The coffin makes a soft splash as Mr Grundy lands down into muddy eternity. 
Rook cemetery is the only cemetery within fifty miles that doesn’t bury people in mass graves to cut costs. Some funerals even sell the flowers back to florists to be recut and resold. The flowers on your wife’s desks the next morning after you get thrown in a hole could well be the same flowers used in your funeral procession.
The pallbearer's pick up their shovels and become the gravediggers and Chimes turns on his heel and leaves without a word.
“Chimes,” says Bill. "Wait a moment would you?"
The small, balding man shuffles up to him, treading carefully so as not to slip, and lifts the umbrella up to cover Chimes's head and right shoulder as they walk.
“You got that bible yet?” He asks.
“Can’t say I have, Bill.”
“You know full well I’m not selling you anything.”
“I know.”
“Then pick one up on your way home?” he says and pulls Chimes’s right hand out of his pocket. He slaps a piece of paper in it. “These are the verses. Read them. Before bed.”
Chimes says nothing. Just blows smoke and eyes the preacher off.
“Just do it. And get a crucifix for the mantel or something.” 
A soft hand comes down on Chimes’s shoulder and he sees the preachers eyes are sunken back into his skull, staring up at him like frightened animals from their burrows. 
“Alright Bill. I’ll do it.”
“Alright. Good. See you later.” 
He falls back. Chimes walks on, his shoulders hugging his neck.
Rain pisses down.
———
After burying Mr Grundy, Chimes had found himself struck with a strange craving for Irish Whisky. It was birthed in his mind as he left the cemetery and he figured he’d pick some up on the way home as a tribute to old Mr Grundy.

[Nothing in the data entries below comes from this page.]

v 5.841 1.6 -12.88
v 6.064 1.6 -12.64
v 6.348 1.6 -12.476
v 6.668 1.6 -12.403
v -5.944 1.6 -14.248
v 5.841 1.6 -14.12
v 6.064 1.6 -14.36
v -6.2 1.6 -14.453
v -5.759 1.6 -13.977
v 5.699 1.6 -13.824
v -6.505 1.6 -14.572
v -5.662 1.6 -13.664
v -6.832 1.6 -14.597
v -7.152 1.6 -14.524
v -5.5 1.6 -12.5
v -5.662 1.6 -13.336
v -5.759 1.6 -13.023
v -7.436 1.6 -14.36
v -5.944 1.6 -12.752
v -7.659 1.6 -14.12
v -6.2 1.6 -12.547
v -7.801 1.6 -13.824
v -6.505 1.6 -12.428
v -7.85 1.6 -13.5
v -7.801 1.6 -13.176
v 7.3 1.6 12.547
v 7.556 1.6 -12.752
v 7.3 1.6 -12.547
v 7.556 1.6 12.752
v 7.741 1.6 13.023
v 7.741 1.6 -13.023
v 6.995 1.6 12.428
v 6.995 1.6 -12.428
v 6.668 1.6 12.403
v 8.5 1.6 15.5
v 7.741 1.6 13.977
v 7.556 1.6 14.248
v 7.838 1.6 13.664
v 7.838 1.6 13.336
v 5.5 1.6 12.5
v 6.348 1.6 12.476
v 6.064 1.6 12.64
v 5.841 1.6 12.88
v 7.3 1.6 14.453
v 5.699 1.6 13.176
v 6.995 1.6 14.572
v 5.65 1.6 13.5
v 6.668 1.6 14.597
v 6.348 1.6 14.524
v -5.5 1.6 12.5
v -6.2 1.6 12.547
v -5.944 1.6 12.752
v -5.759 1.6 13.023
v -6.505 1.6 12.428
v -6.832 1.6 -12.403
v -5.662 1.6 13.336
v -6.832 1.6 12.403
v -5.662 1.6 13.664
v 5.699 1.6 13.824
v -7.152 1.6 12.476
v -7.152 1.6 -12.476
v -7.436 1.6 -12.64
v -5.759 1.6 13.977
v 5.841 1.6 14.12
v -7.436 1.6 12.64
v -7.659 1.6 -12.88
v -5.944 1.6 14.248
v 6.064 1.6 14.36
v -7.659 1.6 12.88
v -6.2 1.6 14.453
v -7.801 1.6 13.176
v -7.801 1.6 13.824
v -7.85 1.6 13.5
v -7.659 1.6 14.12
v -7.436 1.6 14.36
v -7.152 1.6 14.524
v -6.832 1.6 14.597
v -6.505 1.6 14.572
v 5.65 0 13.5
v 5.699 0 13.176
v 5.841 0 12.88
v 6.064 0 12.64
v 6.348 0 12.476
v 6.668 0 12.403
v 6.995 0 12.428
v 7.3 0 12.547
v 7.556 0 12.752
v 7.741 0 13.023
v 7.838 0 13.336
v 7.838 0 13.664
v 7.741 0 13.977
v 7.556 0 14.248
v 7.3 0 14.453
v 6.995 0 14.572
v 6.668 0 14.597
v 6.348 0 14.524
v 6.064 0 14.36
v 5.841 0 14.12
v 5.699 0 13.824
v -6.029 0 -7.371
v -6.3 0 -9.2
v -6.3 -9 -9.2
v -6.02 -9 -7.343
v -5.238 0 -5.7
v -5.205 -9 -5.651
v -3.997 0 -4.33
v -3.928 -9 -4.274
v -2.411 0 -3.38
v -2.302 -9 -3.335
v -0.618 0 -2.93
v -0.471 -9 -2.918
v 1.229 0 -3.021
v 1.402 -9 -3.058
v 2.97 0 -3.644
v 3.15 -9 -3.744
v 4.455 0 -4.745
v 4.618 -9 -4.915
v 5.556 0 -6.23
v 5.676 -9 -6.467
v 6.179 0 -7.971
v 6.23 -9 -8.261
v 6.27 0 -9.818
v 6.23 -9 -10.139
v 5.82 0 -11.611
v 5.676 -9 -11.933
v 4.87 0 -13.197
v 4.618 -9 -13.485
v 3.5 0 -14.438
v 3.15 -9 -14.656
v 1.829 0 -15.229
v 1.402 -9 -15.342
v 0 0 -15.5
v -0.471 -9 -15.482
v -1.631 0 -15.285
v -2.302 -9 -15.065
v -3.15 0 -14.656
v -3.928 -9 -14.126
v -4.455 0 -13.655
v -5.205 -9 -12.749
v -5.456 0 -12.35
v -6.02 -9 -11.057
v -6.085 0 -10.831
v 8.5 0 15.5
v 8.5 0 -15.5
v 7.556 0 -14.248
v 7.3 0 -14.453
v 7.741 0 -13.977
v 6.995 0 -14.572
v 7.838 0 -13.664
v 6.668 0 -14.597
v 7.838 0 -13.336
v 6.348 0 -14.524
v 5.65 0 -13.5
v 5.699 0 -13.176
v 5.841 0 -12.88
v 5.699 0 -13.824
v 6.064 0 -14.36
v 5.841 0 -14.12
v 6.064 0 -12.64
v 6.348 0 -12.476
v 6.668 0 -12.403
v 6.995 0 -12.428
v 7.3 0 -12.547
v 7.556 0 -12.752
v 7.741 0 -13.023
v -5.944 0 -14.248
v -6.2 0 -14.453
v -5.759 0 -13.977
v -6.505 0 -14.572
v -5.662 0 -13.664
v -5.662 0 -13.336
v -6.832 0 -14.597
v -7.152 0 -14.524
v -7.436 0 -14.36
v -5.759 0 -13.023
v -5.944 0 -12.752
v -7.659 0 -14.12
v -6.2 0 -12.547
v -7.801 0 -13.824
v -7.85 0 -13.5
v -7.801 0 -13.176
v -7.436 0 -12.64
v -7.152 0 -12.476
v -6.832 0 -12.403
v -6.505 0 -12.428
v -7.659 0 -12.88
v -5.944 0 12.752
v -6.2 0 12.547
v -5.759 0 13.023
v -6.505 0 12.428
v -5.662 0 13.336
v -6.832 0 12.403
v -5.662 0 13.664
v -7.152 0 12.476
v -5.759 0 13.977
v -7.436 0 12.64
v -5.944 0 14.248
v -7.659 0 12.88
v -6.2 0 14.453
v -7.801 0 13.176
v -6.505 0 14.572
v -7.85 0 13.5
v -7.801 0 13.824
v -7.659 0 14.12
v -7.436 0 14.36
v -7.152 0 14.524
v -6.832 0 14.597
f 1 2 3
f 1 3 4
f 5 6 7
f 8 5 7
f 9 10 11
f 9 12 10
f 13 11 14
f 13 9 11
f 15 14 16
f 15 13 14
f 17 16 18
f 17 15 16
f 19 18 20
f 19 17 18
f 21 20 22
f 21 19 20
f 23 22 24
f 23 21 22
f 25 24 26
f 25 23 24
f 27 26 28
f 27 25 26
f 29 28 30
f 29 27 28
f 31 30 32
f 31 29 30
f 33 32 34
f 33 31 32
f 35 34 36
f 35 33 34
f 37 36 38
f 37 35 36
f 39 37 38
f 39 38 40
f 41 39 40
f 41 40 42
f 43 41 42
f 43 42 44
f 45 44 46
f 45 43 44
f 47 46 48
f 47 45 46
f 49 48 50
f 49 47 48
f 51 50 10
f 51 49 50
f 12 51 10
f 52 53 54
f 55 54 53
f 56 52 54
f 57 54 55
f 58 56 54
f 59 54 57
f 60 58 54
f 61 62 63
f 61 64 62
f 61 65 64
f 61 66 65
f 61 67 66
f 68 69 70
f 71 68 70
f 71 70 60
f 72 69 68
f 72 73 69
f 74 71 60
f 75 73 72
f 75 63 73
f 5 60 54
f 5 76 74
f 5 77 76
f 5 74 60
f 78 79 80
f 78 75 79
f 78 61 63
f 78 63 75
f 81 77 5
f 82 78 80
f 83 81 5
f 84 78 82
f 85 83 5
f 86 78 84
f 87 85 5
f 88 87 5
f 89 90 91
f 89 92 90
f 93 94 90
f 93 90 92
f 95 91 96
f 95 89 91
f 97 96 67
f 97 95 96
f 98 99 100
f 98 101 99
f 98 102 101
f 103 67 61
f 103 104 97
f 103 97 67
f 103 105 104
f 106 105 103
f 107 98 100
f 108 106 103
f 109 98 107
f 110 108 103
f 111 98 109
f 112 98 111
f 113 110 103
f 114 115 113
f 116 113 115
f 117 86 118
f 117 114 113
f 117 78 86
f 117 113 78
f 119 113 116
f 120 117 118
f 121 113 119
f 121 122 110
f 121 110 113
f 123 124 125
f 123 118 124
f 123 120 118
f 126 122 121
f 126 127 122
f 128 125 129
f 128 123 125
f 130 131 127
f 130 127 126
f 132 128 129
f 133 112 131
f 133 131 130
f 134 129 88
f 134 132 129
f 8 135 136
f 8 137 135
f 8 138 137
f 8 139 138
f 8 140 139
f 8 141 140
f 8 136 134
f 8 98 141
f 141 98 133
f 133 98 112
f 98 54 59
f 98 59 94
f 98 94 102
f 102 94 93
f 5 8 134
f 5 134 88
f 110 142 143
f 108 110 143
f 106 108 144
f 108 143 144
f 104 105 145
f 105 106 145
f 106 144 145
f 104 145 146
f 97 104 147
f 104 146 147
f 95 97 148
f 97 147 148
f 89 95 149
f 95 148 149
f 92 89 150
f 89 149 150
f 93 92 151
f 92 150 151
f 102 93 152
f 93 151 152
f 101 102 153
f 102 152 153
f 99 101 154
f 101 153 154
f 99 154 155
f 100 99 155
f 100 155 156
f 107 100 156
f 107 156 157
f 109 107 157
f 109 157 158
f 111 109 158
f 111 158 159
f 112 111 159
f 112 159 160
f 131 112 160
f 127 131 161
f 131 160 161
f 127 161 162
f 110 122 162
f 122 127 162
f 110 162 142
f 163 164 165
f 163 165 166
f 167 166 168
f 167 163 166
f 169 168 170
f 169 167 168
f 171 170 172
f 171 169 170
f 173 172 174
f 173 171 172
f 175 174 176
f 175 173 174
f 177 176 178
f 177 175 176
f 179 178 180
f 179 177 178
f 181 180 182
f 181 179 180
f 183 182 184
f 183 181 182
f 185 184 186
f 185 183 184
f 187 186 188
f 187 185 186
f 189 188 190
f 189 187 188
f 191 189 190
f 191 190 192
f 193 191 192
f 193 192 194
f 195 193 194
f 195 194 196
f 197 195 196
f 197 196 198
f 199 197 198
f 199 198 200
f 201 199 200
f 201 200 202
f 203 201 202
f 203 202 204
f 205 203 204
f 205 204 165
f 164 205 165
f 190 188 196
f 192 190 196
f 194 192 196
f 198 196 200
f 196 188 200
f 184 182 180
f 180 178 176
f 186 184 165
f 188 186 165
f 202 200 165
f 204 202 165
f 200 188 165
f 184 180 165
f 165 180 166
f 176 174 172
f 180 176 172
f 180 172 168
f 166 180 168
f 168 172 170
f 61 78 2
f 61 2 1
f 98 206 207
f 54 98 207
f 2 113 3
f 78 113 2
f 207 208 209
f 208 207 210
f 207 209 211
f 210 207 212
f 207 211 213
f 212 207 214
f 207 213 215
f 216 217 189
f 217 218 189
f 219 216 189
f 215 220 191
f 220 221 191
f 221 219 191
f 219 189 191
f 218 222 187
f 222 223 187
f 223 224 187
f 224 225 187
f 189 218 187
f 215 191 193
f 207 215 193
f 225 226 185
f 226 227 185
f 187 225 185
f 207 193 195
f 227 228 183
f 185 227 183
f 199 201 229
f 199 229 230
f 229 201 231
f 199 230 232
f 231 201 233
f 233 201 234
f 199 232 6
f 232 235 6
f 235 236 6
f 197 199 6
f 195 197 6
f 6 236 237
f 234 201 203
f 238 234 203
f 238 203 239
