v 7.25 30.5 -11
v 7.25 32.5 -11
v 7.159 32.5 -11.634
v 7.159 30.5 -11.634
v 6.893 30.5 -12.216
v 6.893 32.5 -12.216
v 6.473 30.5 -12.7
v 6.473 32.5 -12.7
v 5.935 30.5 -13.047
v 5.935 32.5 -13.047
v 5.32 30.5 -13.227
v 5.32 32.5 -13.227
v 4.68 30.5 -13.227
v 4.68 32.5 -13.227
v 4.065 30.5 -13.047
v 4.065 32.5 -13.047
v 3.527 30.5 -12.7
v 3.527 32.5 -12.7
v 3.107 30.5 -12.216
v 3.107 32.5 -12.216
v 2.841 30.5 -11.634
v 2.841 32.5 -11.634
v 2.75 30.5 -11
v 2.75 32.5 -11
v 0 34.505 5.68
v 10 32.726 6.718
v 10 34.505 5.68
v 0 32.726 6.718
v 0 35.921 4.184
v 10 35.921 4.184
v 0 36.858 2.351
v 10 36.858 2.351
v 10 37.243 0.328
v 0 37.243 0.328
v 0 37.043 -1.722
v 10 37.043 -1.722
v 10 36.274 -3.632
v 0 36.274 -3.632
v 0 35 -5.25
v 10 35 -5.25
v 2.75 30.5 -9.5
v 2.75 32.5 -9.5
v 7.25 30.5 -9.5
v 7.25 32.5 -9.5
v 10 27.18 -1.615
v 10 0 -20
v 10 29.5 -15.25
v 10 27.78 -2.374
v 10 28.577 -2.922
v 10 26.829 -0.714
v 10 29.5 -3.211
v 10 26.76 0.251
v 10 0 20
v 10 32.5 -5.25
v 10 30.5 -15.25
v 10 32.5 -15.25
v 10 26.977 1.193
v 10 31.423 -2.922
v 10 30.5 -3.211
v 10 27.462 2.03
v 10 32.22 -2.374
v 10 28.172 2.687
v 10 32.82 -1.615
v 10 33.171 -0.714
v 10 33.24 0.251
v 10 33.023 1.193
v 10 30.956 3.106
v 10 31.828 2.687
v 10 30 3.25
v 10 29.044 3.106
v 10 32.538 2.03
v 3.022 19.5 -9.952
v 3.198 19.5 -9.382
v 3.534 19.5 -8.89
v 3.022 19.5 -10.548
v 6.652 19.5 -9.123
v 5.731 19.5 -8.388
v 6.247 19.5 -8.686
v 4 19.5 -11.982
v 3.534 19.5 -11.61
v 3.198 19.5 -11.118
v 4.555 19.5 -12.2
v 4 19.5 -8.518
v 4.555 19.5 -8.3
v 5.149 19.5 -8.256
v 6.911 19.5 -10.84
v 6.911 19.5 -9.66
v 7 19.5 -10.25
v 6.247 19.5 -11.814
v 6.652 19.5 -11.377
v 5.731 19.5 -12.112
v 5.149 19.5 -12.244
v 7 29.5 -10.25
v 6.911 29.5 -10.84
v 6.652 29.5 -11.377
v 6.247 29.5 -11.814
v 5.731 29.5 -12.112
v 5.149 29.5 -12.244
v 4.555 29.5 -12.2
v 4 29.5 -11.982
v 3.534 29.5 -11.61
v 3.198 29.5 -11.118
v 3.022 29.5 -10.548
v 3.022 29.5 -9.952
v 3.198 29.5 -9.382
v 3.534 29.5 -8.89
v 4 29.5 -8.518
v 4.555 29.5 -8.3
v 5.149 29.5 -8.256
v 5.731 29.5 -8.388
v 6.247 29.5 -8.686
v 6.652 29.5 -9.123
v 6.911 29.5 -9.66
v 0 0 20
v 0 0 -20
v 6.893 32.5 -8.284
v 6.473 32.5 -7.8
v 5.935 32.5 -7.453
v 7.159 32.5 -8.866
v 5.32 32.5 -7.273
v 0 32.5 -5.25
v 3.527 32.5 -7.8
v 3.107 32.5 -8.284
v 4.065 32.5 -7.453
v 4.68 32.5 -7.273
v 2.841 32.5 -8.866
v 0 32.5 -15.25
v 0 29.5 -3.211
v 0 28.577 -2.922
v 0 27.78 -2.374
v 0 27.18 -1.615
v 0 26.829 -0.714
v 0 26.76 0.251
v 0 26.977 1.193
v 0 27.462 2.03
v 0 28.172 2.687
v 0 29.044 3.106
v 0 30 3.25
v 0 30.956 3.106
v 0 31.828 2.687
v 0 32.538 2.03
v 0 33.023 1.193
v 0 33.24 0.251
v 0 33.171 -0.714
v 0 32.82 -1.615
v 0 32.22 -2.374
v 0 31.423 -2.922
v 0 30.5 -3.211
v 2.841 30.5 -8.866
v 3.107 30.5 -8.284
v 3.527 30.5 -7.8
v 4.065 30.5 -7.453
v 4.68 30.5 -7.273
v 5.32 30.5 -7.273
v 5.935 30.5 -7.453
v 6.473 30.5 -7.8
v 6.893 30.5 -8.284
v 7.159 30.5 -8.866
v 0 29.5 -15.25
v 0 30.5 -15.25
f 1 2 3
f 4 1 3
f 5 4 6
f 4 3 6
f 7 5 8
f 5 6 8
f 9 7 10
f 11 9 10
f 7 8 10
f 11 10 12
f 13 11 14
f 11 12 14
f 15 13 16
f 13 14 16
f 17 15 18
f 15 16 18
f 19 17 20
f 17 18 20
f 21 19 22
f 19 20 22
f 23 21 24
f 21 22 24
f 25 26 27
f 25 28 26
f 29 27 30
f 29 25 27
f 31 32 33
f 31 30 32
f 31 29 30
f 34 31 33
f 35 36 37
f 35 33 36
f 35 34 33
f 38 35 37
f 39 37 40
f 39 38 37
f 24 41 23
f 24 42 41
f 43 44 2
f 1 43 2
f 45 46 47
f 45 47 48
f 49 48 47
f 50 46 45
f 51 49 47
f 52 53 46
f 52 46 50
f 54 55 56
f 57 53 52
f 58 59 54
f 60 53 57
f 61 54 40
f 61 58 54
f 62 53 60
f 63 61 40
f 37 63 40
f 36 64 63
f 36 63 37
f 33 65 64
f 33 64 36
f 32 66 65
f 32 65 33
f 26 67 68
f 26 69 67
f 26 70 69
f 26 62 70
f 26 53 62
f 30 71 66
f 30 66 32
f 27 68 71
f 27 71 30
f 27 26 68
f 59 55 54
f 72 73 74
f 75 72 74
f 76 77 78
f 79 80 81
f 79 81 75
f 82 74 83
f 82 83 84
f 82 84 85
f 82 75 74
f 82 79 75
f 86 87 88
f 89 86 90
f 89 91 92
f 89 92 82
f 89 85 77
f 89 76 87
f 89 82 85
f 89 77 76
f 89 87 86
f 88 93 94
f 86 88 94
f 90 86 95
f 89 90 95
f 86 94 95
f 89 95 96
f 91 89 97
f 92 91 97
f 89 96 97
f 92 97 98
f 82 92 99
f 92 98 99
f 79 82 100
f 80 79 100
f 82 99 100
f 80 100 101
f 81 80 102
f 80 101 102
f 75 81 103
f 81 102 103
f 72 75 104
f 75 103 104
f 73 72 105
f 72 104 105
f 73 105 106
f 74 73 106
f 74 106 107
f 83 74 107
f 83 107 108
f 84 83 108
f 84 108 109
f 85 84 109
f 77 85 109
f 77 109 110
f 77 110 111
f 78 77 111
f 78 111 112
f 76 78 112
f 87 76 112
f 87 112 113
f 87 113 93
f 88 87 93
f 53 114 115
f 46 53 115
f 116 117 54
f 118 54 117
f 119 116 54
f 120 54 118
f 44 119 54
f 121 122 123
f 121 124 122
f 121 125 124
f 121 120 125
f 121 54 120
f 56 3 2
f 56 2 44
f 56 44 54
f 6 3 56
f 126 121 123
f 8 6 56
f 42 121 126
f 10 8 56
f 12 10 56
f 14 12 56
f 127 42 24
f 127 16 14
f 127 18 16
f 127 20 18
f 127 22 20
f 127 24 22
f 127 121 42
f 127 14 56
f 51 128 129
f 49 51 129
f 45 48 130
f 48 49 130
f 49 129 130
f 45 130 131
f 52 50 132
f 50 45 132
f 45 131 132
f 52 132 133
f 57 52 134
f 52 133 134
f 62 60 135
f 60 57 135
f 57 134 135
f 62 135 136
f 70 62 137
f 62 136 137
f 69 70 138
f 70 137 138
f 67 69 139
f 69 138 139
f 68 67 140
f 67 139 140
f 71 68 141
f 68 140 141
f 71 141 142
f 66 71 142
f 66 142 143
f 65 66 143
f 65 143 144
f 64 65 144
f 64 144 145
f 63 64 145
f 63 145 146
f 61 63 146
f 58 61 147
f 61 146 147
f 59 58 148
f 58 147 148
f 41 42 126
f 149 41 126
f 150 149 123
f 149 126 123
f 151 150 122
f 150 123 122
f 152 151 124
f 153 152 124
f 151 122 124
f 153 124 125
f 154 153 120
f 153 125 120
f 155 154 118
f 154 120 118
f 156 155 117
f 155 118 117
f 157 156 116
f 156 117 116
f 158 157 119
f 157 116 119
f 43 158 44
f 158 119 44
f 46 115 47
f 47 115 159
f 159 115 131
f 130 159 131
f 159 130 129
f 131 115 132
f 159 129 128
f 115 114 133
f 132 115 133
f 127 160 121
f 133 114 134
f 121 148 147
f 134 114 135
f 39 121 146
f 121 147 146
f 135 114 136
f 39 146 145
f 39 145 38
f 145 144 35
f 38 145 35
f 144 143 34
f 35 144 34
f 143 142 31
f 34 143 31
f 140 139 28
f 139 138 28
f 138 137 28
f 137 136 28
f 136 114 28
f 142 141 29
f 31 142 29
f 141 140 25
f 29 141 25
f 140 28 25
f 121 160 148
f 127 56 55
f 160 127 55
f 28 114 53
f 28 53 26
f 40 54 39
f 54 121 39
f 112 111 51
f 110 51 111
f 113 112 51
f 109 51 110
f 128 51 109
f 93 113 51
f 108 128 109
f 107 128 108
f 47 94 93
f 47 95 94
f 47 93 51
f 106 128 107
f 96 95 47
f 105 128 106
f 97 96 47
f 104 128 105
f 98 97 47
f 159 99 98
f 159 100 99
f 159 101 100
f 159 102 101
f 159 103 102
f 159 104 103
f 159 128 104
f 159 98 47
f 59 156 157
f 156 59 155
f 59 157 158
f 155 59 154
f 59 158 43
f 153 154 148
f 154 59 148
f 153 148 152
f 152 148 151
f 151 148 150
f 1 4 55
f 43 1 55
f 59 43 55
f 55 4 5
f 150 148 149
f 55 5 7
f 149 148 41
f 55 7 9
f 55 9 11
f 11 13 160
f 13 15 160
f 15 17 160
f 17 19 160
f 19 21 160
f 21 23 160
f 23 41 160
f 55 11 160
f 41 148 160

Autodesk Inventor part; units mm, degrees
ref_plane "YZ Plane" through (0, 0, 0) normal (1, 0, 0) x (0, 1, 0)
ref_plane "XZ Plane" through (0, 0, 0) normal (0, 1, 0) x (-1, 0, 0)
ref_plane "XY Plane" through (0, 0, 0) normal (0, 0, 1) x (1, 0, 0)
sketch "Sketch1" plane through (0, 0, 0) normal (1, 0, 0) x (0, 1, 0)
  arc A0 (30.5, -3.2113) -> (29.5, -3.2113) centre (30, 0) ccw
  arc A1 (35, -5.25) -> (32.7265, 6.7178) centre (30, 0) ccw
  line L0 (0, 0) -> (50.3094, 0) construction
  line L1 (0, 20) -> (0, -20)
  line L2 (0, 20) -> (32.7265, 6.7178)
  line L3 (30, 0) -> (30, -135) construction
  line L4 (30.5, -3.2113) -> (30.5, -15.25)
  line L5 (32.5, -5.25) -> (32.5, -15.25)
  line L6 (32.5, -5.25) -> (35, -5.25)
  line L7 (32.5, -15.25) -> (30.5, -15.25)
  line L8 (29.5, -3.2113) -> (29.5, -15.25)
  line L9 (0, -20) -> (29.5, -15.25)
  point P0 (30, -3.25)
  dimension "d1" = 6.5
  dimension "d2" = 30
  dimension "d3" = 14.5
  dimension "d4" = 40
  dimension "d17" = 0.5
  dimension "d18" = 10
  dimension "d19" = 2
  dimension "d20" = 2
  dimension "d21" = 1
  dimension "d24" = 20
extrude "Extrusion1" add sketch "Sketch1" along normal blind 10
sketch "Sketch2" plane through (0, 32.5, -5.25) normal (0, 1, 0) x (1, 0, 0)
  line L0 (5, -5.25) -> (5, 25.2229) construction
  line L1 (0, 10) -> (0, 0) construction
  arc A0 (2.75, 4.25) -> (7.25, 4.25) centre (5, 4.25) ccw
  arc A1 (7.25, 5.75) -> (2.75, 5.75) centre (5, 5.75) ccw
  line L2 (2.75, 4.25) -> (2.75, 5.75)
  line L3 (7.25, 4.25) -> (7.25, 5.75)
  line L4 (0, 10) -> (10, 10) projected
  line L5 (0, 10) -> (0, 0) projected
  line L6 (0, 0) -> (10, 0) projected
  line L7 (10, 10) -> (10, 0) projected
  line L8 (0, 10) -> (10, 10) projected
  point P0 (0, -5.25)
  dimension "d27" = 5
  dimension "d28" = 4.5
  dimension "d29" = 4.5
  dimension "d30" = 1.5
  dimension "d31" = 4.25
extrude "Extrusion2" cut sketch "Sketch2" against normal up to surface (2 mm away) contours L2 A1 L3 A0
sketch "Sketch3" plane through (0, 29.5, -3.2113) normal (0, 1, 0) x (1, 0, 0)
  line L0 (2.75, 6.2887) -> (2.75, 7.7887) projected
  arc A0 (7.25, 7.7887) -> (2.75, 7.7887) centre (5, 7.7887) ccw projected
  line L1 (7.25, 7.7887) -> (7.25, 6.2887) projected
  arc A1 (2.75, 6.2887) -> (7.25, 6.2887) centre (5, 6.2887) ccw projected
  line L2 (0, 12.0387) -> (0, 2.0387) projected
  line L3 (0, 2.0387) -> (10, 2.0387) projected
  line L4 (10, 12.0387) -> (10, 2.0387) projected
  line L5 (0, 12.0387) -> (10, 12.0387) projected
  circle A2 centre (5, 7.0387) radius 2
  line L6 (5, 6.2887) -> (5, 7.7887)
  point P0 (0, -3.2113)
  dimension "d34" = 4
  dimension "d35" = 1.5
  dimension "d36" = 0.75
extrude "Extrusion3" cut sketch "Sketch3" against normal blind 10 contours A2
equation "\"d17\" = 0.5 * d21"
equation "\"d24\" = 0.5 * d4"
equation "\"d36\" = 0.5 * d35"
properties part number "mocowanie walka"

The fight he had with his wife that morning crosses his mind as he pines the shelves at the liquor store near to his apartment. He’d watched as her eyes stare upward as if asking God to grant her the strength not to throttle him. Flowers and take away food; the universal peace offering. He remembers the flower shop closed down two months back.
He turns the Bill’s advice over in his head as he walks back to his apartment past Diago’s Reject Store. He wonders about plastic crucifixes and if they’d ever work as well as the wooden ones, or if they’d even work at all. He wonders where he’d get a bible this late. 
He doesn’t wonder enough.
As he picks that bottle of pricey Irish Whisky off the shelf he wonders where he’s heard of it. He chalks it down to the subliminal power of advertising and walks out of the store. 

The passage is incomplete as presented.